## What needs to be done
From the line with "v2 (0,0,17.399)" through the line with "face PLANE(AX(P(44.45,17.399,0),D(-1,0,0),D(0,0,1))) rev", repeat the entries verbatim, both end lines included, and add nothing.

====== Data ======

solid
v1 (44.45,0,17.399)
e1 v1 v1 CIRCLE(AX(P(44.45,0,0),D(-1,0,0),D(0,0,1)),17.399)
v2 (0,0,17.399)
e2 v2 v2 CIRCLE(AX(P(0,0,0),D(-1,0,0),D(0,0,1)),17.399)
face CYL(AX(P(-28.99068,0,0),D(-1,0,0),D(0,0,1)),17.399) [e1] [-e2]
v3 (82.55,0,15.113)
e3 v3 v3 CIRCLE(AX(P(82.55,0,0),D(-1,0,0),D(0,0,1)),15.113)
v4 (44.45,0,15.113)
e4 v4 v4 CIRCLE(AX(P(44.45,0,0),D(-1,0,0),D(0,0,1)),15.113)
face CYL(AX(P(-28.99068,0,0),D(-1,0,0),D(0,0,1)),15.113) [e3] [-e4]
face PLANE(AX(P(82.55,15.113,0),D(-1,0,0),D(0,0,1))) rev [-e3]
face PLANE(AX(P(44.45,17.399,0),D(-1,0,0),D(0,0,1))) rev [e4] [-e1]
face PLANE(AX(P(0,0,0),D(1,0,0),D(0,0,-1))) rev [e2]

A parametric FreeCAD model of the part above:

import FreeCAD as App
import Part
import Sketcher
from FreeCAD import Vector
Q = App.Units.Quantity

doc = App.newDocument("Part")
params = doc.addObject("Spreadsheet::Sheet", "Params")
for row, (alias, value) in enumerate([
    ("sketch1_width", "1.5 in"),
    ("sketch1_width2", "1.75 in"),
    ("sketch1_height", "0.09 in"),
    ("sketch1_height2", "0.685 in"),
    ("revolution_angle", "360 deg"),
], start=1):
    params.set(f"A{row}", alias)
    params.set(f"B{row}", "=" + value)
    params.setAlias(f"B{row}", alias)

body = doc.addObject("PartDesign::Body", "Body")

sketch1 = body.newObject("Sketcher::SketchObject", "Sketch")
sketch1.AttachmentSupport = (doc.getObject("XY_Plane"), [""])
sketch1.MapMode = "FlatFace"
sketch1.addGeometry([
    Part.LineSegment(Vector(44.5, 15.1, 0), Vector(44.5, 17.4, 0)),
    Part.LineSegment(Vector(44.5, 17.4, 0), Vector(0, 17.4, 0)),
    Part.LineSegment(Vector(0, 17.4, 0), Vector(0, 0, 0)),
    Part.LineSegment(Vector(0, 0, 0), Vector(82.5, 0, 0)),
    Part.LineSegment(Vector(82.5, 0, 0), Vector(82.5, 15.1, 0)),
    Part.LineSegment(Vector(82.5, 15.1, 0), Vector(44.5, 15.1, 0)),
], False)
sketch1.addConstraint([
    Sketcher.Constraint("Coincident", 0, 2, 1, 1),
    Sketcher.Constraint("Coincident", 1, 2, 2, 1),
    Sketcher.Constraint("Coincident", 2, 2, 3, 1),
    Sketcher.Constraint("Coincident", 3, 2, 4, 1),
    Sketcher.Constraint("Coincident", 4, 2, 5, 1),
    Sketcher.Constraint("Coincident", 5, 2, 0, 1),
    Sketcher.Constraint("Vertical", 0),
    Sketcher.Constraint("Horizontal", 1),
    Sketcher.Constraint("Vertical", 2),
    Sketcher.Constraint("Horizontal", 3),
    Sketcher.Constraint("Vertical", 4),
    Sketcher.Constraint("Horizontal", 5),
    Sketcher.Constraint("Coincident", 2, 2, -1, 1),
    Sketcher.Constraint("DistanceX", 5, 2, 5, 1, Q("1.5 in")),
    Sketcher.Constraint("DistanceX", 1, 2, 1, 1, Q("1.75 in")),
    Sketcher.Constraint("DistanceY", 0, 1, 0, 2, Q("0.09 in")),
    Sketcher.Constraint("DistanceY", 2, 2, 2, 1, Q("0.685 in")),
])
sketch1.setExpression("Constraints[13]", "Params.sketch1_width")
sketch1.setExpression("Constraints[14]", "Params.sketch1_width2")
sketch1.setExpression("Constraints[15]", "Params.sketch1_height")
sketch1.setExpression("Constraints[16]", "Params.sketch1_height2")
revolution = body.newObject("PartDesign::Revolution", "Revolution")
revolution.Profile = sketch1
revolution.ReferenceAxis = (sketch1, ["H_Axis"])
revolution.setExpression("Angle", "Params.revolution_angle")

doc.recompute()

======

## Exercise solution
v2 (0,0,17.399)
e2 v2 v2 CIRCLE(AX(P(0,0,0),D(-1,0,0),D(0,0,1)),17.399)
face CYL(AX(P(-28.99068,0,0),D(-1,0,0),D(0,0,1)),17.399) [e1] [-e2]
v3 (82.55,0,15.113)
e3 v3 v3 CIRCLE(AX(P(82.55,0,0),D(-1,0,0),D(0,0,1)),15.113)
v4 (44.45,0,15.113)
e4 v4 v4 CIRCLE(AX(P(44.45,0,0),D(-1,0,0),D(0,0,1)),15.113)
face CYL(AX(P(-28.99068,0,0),D(-1,0,0),D(0,0,1)),15.113) [e3] [-e4]
face PLANE(AX(P(82.55,15.113,0),D(-1,0,0),D(0,0,1))) rev [-e3]
face PLANE(AX(P(44.45,17.399,0),D(-1,0,0),D(0,0,1))) rev [e4] [-e1]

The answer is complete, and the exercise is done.